Since the company started, Hungry Harvest has saved 12 million pounds of food from going to waste and contributed nearly 1,000,000 pounds of produce to hunger-solving organizations.
Calling its service "better meat for a better you," ButcherBox offers quality grass-fed and grass-finished beef, heritage breed pork, and free-rang organic chicken, not to mention a great deal of convenience, to its customers. The company offers five different types of boxes and 21 cuts of meat, so there should be something for everyone (besides vegetarians).
The cheapest option comes in at $129 a month (or a little more than $32 a week) for the curated box or $149 a month for a custom box. With so many types of meat available, you could gear your order around upcoming barbecues, get togethers, or large parties.
If you want all of the meat offerings of ButcherBox but also want some seafood, then Greensbury is right up your alley. Since the company started up a decade ago, Greensbury has made it a mission to hand pick quality products from the best organic farms, ranches, and fisheries in the United States that are shipped to your doorstep. All products can be stored for up to 12 months if frozen.
Greensbury has a subscription service that can save customers an average of 5% on each box of hand-selected meat items. You can create your own box or take advantage of any number of curated boxes offered through the service.
Sure, it's awfully convenient to have a box of meals waiting for you at the door when you come home from work, but are there any drawbacks to going this route opposed to picking your own items at the grocery store? Well, it depends on the individual's situation.
There have been times where I have ordered a box from Hello Fresh where the meat was a little older than I would like or the veggies were wilted. You can contact the service and either get credit for the food or have it replaced with a subsequent order. It did make for a not so great meal a couple of times, but that's the price I pay for the sake of convenience.
When you're at the grocery store, you put up with all of the ups and downs of the typical supermarket experience, but you do get to thoroughly inspect each item before you purchase it. So, it's the opposite of the meal kits. The same goes with trying out new variation on recipes. From my experience with meal kits, you aren't left with a lot of room for creativity with the dishes due to the recipes being very specific. So people who don't like sticking with recipes or like experimentation, it's probably safe to stick with the grocery store.

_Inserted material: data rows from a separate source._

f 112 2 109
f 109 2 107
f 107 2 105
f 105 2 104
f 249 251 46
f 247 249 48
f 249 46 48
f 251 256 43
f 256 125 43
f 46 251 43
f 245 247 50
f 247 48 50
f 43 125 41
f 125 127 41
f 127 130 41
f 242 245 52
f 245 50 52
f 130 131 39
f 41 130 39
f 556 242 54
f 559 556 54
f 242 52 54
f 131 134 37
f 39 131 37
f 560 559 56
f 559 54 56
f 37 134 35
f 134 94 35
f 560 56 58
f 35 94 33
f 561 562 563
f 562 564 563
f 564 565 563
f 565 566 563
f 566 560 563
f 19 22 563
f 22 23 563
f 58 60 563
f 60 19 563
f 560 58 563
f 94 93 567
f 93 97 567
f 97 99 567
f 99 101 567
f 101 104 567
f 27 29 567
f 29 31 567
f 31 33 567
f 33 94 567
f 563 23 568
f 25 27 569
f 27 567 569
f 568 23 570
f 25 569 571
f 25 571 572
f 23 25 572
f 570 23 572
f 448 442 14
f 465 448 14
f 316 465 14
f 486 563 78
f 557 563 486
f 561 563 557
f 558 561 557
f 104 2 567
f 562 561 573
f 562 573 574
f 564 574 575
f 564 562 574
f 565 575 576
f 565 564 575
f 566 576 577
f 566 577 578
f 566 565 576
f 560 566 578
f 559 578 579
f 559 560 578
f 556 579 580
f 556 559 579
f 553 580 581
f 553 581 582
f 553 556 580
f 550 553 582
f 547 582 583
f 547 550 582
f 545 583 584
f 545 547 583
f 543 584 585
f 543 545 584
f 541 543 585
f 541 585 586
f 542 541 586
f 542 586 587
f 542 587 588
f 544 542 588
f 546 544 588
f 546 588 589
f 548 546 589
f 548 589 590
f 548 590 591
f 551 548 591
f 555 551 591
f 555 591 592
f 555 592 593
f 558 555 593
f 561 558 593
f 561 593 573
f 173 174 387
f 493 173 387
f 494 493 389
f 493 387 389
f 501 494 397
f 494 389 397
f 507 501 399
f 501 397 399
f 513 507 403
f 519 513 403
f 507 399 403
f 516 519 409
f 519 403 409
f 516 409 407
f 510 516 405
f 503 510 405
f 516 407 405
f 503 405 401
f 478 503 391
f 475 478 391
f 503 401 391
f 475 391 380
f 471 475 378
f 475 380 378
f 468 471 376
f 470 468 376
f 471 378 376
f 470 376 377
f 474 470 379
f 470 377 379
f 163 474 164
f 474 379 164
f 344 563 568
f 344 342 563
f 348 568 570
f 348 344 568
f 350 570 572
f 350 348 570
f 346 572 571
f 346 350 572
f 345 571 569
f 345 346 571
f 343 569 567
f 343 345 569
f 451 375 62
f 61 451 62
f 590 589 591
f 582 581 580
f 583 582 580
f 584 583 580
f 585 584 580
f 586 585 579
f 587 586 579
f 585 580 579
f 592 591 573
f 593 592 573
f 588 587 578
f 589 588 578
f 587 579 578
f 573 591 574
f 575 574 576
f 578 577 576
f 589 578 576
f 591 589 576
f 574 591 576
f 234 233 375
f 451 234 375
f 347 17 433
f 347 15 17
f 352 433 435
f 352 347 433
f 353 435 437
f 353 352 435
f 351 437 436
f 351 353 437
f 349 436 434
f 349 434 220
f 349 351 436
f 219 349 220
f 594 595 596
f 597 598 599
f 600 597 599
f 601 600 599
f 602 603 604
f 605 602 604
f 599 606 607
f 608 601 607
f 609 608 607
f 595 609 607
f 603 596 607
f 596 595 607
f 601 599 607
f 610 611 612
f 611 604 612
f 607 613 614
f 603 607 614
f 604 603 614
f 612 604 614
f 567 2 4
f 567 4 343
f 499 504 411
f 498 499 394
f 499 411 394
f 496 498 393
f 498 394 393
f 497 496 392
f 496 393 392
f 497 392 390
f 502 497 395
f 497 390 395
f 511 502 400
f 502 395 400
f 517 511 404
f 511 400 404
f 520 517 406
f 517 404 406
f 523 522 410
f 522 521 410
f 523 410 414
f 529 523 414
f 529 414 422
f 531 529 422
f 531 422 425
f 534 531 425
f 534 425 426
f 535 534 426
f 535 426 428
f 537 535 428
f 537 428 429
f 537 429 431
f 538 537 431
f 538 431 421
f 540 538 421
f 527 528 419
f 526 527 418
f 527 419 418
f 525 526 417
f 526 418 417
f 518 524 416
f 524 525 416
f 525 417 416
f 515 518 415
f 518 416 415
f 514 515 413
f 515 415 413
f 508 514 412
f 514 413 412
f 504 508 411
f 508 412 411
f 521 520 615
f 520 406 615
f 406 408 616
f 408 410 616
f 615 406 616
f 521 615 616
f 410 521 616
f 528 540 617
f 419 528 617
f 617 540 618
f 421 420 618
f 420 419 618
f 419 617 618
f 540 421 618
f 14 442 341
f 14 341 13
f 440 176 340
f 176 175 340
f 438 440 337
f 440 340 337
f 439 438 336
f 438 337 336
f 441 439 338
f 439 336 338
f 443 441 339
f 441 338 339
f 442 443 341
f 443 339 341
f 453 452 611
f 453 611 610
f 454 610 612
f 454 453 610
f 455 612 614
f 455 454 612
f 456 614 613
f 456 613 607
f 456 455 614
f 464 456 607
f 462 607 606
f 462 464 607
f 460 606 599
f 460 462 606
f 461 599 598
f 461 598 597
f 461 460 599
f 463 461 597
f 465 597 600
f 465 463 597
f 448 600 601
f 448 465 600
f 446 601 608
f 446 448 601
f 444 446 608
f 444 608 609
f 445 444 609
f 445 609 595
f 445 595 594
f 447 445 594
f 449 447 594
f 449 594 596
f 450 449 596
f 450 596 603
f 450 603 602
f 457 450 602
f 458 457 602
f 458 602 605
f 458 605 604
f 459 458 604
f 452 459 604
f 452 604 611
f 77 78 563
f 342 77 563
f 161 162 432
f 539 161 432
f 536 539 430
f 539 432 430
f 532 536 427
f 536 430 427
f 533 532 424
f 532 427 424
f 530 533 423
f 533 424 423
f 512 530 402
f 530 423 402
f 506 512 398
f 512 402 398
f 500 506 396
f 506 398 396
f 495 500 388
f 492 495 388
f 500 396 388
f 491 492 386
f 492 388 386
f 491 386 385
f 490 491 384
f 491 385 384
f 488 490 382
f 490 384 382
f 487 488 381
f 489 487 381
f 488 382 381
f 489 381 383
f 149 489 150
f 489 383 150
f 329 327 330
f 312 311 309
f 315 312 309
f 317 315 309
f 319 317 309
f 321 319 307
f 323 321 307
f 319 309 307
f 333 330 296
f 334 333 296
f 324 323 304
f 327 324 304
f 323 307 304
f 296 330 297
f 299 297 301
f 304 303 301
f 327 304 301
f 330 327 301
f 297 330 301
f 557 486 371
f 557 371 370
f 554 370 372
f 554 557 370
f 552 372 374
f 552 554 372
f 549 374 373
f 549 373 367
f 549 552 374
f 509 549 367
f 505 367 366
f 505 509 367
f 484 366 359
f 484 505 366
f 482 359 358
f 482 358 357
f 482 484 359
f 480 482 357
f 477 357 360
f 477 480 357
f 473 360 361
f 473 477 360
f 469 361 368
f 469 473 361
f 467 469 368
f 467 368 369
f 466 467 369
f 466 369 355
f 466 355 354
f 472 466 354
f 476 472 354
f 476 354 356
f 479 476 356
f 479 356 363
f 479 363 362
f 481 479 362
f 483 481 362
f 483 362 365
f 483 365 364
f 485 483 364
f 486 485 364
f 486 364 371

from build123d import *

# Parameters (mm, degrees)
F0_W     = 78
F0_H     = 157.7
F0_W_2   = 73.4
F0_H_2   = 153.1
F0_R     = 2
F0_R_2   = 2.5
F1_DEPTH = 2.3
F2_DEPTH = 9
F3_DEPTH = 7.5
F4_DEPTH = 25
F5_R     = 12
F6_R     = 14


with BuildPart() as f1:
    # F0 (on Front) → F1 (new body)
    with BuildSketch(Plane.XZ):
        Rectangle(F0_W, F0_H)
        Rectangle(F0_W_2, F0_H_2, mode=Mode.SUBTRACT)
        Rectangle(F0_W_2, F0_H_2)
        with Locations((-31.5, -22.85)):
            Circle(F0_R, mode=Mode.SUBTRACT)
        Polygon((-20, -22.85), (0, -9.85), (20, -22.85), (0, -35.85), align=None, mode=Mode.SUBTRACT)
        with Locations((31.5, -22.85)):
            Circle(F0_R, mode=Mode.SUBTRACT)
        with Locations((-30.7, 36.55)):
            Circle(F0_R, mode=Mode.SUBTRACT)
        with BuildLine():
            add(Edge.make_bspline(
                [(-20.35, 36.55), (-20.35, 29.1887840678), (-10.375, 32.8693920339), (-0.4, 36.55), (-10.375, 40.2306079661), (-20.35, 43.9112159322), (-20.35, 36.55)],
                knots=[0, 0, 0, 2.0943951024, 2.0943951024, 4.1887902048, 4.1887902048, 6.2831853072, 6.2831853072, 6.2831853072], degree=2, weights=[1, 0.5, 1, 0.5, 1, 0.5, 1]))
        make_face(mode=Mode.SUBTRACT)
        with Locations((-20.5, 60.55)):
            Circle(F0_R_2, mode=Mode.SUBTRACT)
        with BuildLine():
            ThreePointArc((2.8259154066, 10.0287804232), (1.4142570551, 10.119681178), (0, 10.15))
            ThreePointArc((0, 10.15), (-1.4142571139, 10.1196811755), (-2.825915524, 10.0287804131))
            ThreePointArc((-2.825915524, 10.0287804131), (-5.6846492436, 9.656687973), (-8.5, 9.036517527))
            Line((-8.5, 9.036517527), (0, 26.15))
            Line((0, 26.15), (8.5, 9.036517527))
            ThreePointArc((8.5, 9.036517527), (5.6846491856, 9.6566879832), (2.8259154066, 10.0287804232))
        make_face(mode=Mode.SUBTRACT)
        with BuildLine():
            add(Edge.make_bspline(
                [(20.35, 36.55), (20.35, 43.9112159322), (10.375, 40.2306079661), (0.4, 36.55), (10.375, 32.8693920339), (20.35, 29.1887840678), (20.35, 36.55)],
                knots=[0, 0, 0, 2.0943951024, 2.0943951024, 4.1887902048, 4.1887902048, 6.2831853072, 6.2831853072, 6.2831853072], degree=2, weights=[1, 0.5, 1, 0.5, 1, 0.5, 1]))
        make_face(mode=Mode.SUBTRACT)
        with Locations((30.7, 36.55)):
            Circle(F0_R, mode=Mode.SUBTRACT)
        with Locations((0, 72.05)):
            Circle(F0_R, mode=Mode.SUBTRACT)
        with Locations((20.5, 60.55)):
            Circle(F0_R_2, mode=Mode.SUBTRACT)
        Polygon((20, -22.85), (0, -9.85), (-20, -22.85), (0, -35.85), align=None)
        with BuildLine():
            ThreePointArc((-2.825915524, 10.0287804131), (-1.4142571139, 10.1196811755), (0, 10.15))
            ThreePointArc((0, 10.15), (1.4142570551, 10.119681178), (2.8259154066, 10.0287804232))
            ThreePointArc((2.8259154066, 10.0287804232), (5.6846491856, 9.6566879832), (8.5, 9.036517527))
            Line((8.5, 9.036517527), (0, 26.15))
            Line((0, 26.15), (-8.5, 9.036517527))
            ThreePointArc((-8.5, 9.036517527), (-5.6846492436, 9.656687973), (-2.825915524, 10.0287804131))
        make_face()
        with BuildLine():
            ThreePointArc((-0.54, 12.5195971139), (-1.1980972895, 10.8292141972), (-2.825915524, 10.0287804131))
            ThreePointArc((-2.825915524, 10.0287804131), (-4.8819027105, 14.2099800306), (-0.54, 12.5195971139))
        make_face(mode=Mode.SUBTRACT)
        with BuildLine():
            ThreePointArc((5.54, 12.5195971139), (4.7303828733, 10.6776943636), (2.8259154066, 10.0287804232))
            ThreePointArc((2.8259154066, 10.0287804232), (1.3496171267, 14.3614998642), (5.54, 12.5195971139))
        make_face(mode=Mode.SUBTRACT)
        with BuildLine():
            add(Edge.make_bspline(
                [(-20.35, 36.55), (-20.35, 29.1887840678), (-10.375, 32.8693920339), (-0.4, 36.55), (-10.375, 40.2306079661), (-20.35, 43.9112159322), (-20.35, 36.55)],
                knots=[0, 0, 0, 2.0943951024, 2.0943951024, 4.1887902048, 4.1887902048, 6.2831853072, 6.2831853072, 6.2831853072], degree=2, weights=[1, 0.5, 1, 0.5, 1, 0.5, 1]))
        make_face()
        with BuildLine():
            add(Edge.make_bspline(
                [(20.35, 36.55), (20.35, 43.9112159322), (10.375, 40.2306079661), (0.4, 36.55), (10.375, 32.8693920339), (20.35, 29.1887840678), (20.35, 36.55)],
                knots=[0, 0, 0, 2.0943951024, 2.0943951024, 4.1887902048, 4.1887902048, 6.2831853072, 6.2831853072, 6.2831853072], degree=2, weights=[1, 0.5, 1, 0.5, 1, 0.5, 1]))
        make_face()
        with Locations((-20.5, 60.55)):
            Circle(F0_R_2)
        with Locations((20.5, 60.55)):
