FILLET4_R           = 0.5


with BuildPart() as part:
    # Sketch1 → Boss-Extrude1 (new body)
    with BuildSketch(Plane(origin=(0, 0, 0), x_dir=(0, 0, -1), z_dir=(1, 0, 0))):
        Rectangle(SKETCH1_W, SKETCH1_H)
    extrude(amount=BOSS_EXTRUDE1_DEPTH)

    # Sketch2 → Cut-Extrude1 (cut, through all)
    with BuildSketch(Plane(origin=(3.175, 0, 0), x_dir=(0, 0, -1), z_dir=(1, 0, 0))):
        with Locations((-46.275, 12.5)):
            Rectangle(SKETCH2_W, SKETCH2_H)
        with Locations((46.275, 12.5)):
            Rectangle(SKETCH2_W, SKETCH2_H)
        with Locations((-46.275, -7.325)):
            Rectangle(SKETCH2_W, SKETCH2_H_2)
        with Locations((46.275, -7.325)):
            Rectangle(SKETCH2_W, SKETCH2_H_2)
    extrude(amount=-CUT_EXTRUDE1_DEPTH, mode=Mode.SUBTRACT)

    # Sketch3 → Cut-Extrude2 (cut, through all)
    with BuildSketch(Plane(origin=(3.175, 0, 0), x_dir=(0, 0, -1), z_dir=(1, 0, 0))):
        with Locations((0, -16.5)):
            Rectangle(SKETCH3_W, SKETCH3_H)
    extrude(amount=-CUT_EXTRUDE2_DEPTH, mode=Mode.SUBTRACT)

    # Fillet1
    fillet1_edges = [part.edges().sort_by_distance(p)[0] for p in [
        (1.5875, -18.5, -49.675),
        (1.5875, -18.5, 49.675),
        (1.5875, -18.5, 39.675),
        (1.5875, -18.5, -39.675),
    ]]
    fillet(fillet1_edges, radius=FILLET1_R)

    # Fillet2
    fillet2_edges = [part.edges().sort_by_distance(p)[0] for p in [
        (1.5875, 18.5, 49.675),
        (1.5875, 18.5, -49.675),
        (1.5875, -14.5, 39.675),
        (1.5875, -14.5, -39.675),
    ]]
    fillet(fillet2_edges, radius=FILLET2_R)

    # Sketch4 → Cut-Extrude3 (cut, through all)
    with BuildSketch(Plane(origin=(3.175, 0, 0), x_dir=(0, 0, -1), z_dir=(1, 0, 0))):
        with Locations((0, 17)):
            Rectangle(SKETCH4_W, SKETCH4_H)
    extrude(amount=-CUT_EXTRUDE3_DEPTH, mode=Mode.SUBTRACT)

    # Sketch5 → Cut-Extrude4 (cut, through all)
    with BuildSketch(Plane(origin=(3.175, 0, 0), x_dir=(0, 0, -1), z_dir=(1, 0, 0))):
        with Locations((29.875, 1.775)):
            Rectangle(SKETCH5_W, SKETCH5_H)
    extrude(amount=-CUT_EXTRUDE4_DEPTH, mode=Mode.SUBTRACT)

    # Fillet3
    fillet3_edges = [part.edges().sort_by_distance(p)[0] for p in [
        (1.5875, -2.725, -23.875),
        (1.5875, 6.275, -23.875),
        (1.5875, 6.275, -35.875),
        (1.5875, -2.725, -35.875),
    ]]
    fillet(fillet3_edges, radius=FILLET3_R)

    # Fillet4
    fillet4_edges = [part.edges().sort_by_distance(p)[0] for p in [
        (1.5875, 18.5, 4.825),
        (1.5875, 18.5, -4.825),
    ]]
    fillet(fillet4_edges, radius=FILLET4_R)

Here's a simple answer for an even simpler question - they're convenient. Meal kit services like Hello Fresh and Blue Apron offer consumers with a head start in the cooking process. Everything is already set up for you and the recipes are relatively easy to read and follow. The food is typically phenomenal and there can be some variety in the dishes offered each week.
But still, people might feel a little skeptical to try out these services. I was at first, but all of that changed when I decided to finally bite the bullet and try one of the many meal kit delivery services that you hear about when listening to virtually any podcast (for real, it seems like every meal kit service sponsors all of our favorite podcasts). And let me tell you, the likes of Hello Fresh, Blue Apron, and EveryPlate have taken a lot of the drama and anxiety associated with those last-minute post-work trips to the market.
With that being said, are meal delivery services everything they're cracked up to be? Are they better than say your neighborhood market? Regional grocery store chain? Massive supermarket chain?
The answer to all of these questions is you'll honestly have to try it yourself. What do you have to lose?